Furthermore, installment loans offer a sound means of covering some of life’s biggest expenses — a new home, college tuition, house renovations, a car, and more. And you can use multiple loans over time to support your family’s goals. 

Disadvantages of installment loans 

Credit cards and lines of credit allow you to withdraw funds as often as needed. But installment loans offer a one-time transfusion of cash. So, if you find yourself needing more, you’ll need to apply for another loan or use revolving credit you already have. 

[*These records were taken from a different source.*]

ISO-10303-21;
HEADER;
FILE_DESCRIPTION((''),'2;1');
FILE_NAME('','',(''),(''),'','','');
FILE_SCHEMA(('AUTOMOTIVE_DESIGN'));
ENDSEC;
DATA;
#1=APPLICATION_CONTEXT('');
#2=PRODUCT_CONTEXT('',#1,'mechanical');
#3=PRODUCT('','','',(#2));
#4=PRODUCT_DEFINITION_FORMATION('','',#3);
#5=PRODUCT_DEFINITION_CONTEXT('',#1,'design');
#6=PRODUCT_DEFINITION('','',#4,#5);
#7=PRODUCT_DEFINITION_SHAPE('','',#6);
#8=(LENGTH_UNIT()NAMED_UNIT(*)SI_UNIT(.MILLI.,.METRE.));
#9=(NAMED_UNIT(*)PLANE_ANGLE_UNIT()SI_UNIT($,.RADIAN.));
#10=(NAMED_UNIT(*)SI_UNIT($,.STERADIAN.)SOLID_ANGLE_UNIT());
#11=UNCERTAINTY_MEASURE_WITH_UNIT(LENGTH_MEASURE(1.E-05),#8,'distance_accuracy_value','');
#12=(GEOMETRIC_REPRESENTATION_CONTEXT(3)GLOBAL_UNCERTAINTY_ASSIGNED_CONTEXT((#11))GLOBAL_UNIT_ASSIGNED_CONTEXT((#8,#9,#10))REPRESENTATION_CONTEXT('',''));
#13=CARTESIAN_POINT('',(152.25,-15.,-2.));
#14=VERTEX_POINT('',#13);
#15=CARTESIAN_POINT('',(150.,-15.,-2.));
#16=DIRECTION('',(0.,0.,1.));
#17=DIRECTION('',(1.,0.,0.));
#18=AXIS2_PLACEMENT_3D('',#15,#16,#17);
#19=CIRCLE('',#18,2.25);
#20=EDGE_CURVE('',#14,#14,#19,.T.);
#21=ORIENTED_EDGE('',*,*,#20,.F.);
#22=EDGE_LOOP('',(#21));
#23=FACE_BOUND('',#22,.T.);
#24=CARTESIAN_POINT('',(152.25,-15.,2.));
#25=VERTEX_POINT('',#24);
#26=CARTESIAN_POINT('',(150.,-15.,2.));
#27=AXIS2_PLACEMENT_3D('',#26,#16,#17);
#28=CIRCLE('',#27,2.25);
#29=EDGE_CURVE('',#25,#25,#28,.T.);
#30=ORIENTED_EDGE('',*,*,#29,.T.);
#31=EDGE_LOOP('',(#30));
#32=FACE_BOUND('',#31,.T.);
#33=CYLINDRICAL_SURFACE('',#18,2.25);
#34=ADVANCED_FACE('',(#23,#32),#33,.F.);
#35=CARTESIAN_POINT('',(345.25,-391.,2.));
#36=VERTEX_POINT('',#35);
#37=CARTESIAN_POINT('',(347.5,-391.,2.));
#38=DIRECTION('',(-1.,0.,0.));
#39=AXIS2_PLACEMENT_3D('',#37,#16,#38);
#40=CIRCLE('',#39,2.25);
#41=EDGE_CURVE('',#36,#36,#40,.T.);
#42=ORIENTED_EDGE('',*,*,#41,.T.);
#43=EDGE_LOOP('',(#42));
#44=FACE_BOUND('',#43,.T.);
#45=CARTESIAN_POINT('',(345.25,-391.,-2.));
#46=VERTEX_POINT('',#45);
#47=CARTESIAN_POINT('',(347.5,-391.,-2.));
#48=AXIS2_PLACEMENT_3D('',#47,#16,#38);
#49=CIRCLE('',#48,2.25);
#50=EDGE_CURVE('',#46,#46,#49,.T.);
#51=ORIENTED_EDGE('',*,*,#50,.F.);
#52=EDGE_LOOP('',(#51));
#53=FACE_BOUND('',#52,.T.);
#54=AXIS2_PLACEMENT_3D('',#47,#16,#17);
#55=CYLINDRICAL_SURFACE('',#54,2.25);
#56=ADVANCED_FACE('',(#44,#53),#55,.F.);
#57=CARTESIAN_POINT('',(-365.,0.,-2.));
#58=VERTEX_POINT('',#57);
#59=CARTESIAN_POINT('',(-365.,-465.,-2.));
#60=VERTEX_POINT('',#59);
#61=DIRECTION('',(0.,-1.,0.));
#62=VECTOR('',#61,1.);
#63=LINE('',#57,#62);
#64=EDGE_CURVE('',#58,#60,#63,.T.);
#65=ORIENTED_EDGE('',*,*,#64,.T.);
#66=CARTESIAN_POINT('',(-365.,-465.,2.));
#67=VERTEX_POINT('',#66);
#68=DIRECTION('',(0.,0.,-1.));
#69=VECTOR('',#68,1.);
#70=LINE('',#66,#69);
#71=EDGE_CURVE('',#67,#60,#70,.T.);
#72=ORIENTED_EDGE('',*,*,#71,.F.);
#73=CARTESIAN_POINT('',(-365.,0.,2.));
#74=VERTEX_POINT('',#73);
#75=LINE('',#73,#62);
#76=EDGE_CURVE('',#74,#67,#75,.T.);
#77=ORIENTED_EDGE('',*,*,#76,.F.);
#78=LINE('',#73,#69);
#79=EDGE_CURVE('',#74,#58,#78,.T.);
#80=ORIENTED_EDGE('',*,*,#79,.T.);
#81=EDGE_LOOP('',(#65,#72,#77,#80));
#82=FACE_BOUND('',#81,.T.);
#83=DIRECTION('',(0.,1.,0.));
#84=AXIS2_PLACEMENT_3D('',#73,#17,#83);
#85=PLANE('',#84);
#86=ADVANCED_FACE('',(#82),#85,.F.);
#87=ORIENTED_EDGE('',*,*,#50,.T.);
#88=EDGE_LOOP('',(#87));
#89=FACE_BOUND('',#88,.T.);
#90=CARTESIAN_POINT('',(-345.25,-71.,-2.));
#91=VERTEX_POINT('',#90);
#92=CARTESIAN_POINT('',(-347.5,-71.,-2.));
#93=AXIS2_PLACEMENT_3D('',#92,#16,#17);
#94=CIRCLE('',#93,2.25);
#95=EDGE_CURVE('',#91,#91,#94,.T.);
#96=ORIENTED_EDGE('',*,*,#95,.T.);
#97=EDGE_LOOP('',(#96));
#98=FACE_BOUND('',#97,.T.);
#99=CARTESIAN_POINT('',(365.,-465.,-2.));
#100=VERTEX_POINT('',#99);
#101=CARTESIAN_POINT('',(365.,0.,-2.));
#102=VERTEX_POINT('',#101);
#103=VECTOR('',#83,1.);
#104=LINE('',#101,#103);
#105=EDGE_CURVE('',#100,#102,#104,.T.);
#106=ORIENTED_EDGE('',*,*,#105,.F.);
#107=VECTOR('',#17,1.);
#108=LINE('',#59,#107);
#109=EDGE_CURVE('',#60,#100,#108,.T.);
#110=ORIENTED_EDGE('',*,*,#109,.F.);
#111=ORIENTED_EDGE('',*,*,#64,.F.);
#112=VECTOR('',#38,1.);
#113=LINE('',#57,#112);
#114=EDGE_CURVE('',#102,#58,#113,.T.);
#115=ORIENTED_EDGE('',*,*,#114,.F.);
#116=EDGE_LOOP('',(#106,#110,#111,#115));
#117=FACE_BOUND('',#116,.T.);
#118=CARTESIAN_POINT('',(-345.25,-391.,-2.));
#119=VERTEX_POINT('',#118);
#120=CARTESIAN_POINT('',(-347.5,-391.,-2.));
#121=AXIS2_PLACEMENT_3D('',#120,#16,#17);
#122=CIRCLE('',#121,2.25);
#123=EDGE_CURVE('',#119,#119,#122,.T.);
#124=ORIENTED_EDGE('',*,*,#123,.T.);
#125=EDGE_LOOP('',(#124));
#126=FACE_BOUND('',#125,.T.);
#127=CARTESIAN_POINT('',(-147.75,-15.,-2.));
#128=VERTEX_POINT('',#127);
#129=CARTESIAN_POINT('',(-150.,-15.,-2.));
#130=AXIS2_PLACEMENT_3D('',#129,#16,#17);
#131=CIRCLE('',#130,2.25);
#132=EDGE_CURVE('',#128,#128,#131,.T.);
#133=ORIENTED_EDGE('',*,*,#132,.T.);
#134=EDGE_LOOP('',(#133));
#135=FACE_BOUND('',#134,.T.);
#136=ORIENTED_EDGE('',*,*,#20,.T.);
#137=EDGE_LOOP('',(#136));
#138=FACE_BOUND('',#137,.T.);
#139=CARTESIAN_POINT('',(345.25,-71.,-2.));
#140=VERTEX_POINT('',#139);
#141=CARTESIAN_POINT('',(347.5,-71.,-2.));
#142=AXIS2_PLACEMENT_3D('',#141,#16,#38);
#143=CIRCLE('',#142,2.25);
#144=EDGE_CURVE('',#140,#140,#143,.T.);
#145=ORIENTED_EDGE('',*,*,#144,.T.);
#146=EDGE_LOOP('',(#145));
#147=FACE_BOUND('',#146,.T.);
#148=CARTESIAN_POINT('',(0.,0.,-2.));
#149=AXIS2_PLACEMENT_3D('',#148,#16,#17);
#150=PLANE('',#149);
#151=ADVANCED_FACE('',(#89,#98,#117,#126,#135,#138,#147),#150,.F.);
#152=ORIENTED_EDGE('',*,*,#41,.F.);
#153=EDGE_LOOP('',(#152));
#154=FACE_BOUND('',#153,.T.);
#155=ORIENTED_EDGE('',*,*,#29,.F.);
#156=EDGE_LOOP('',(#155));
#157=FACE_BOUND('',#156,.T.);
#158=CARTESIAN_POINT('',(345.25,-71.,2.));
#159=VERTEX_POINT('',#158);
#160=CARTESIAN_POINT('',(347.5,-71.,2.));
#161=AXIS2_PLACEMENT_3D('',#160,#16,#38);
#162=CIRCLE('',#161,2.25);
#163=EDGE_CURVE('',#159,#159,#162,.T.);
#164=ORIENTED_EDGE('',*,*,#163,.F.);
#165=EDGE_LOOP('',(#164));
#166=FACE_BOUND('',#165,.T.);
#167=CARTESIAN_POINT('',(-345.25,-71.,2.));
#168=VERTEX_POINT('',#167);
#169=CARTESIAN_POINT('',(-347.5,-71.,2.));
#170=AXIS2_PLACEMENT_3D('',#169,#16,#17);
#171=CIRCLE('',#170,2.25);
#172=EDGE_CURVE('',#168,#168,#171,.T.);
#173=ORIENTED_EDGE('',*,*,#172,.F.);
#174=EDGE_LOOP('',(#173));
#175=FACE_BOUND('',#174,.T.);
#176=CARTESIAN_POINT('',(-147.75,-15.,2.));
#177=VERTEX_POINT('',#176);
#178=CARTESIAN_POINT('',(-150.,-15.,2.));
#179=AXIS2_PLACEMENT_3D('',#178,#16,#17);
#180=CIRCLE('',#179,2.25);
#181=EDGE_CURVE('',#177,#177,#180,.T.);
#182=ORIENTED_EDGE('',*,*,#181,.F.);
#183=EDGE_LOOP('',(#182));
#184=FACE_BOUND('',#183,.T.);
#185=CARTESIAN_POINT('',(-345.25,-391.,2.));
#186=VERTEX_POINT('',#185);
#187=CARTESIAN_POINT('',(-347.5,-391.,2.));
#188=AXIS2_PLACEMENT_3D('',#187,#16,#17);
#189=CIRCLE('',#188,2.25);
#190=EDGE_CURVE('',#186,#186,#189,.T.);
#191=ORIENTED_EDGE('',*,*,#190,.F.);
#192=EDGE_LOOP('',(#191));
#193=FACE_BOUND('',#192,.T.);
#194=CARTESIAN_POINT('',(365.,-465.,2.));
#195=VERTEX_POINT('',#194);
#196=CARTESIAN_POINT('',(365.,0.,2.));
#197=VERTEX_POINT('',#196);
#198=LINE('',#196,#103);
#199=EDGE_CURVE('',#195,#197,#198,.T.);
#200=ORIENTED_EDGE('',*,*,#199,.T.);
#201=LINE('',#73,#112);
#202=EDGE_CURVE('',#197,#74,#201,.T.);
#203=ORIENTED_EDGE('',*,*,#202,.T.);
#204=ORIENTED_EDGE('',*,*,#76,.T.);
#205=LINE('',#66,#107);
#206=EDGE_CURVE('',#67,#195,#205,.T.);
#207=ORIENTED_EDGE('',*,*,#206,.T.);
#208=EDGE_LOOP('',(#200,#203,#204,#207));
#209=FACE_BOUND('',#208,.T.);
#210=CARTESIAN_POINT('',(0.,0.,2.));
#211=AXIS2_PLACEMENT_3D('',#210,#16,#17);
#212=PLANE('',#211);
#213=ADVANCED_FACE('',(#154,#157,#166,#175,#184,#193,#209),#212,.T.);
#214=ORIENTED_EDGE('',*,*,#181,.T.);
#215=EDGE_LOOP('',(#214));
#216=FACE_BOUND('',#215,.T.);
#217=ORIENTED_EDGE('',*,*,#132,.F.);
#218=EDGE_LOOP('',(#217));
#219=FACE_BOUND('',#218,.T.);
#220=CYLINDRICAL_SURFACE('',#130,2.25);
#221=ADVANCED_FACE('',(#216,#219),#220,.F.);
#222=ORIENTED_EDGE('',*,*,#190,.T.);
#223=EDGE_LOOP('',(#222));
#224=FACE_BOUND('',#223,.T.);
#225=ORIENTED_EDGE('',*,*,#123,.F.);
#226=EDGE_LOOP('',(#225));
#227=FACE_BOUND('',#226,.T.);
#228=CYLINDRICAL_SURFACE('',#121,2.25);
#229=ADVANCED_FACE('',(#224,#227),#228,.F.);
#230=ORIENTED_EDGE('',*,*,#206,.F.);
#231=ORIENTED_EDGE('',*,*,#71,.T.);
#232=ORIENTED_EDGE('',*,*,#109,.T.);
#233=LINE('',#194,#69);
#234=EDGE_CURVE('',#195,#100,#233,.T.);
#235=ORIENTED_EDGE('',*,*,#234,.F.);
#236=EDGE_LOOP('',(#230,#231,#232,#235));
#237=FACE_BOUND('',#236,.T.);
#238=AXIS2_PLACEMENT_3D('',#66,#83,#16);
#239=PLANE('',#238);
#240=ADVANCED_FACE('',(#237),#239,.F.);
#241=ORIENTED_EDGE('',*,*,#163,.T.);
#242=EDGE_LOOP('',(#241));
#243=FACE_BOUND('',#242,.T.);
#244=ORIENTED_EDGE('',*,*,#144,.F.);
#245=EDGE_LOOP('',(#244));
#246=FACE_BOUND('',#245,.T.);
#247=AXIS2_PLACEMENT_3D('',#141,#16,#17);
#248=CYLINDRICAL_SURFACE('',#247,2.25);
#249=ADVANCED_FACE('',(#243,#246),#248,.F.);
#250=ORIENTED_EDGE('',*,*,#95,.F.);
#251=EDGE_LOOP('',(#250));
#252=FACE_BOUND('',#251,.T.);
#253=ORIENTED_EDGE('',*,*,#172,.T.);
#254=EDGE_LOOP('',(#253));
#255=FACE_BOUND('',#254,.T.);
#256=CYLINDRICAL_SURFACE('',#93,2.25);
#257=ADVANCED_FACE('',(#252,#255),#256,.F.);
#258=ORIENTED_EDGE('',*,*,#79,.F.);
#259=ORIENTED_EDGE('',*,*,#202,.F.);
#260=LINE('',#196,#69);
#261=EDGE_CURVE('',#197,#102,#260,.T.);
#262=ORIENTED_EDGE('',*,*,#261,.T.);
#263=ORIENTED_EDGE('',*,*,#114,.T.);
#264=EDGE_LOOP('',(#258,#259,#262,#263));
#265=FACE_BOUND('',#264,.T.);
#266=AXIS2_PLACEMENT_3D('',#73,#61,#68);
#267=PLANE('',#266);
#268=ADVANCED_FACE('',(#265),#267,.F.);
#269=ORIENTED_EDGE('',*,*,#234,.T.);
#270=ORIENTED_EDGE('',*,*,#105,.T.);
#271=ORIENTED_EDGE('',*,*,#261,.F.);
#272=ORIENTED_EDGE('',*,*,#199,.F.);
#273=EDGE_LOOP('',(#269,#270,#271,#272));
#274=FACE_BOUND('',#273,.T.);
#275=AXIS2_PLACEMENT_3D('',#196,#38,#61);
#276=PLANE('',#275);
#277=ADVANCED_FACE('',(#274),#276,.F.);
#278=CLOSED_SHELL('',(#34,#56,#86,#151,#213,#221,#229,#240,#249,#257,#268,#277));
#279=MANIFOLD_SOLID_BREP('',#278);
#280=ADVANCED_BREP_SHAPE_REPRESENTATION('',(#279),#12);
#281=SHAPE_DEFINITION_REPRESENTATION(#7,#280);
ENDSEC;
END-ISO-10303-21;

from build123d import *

# Parameters (mm, degrees)
SKETCH1_W           = 730
SKETCH1_H           = 465
BOSS_EXTRUDE1_DEPTH = 2
SKETCH2_R           = 2.25
CUT_EXTRUDE1_DEPTH  = 592.156493663


with BuildPart() as part:
    # Sketch1 → Boss-Extrude1 (new, symmetric)
    with BuildSketch(Plane.XY):
        with Locations((0, -232.5)):
            Rectangle(SKETCH1_W, SKETCH1_H)
    extrude(amount=BOSS_EXTRUDE1_DEPTH, both=True)

    # Sketch2 → Cut-Extrude1 (cut, through all)
    with BuildSketch(Plane.XY.offset(2)):
        with Locations((-150, -15)):
            Circle(SKETCH2_R)
        with Locations((150, -15)):
            Circle(SKETCH2_R)
        with Locations((-347.5, -71)):
            Circle(SKETCH2_R)
        with Locations((-347.5, -391)):
            Circle(SKETCH2_R)
        with Locations(Location((347.5, -391, 0), (0, 0, 180))):
            Circle(SKETCH2_R)
        with Locations(Location((347.5, -71, 0), (0, 0, 180))):
            Circle(SKETCH2_R)
    extrude(amount=-CUT_EXTRUDE1_DEPTH, mode=Mode.SUBTRACT)


solid = part.part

Unlike existing lines of credit, getting a new loan means going through the application process each and every time. You’ll have to fill out forms, supply documents, and wait for approval before the money arrives. 

And most loans come with fees. So, whenever you borrow money, you’ll likely cover the cost of a credit check and pay an origination fee, at a minimum. Some loans include a prepayment penalty, which charges you a fee for paying off your loan ahead of schedule. 

Ready to take out an installment loan? 

If you’re thinking of using an installment loan of any kind, you’ll want to avoid potential obstacles along the way. Follow these steps to worry-free financing: 

  1. Choose the right type of financing. Is a loan really the right type of financing for you? Weigh your needs against the benefits of both loans and revolving forms of credit. 

  1. Comparison shop. Not all installment loans are created equal. Before you commit, compare multiple lenders and the loan options offered through each. 

  1. Prepare your credit. Generally speaking, you’ll have easier loan approval and better loan options if you have great credit. So, use the time before you apply to improve your credit history and credit score as much as you can. 

  1. Get prequalified. Before you apply, go through the quick process of loan prequalification. You’ll get an estimate for what your lending options may be without any impact to your credit score. 

  1. Submit your application. Once you’ve selected your loan, gather your documentation, fill out your forms, and submit your loan application! 

Odds are, you’ll have at least one installment loan during your lifetime. Understanding the basics of these loans can help you make smart choices about your financing options, so you can make the most of your money while pursuing your big financial goals.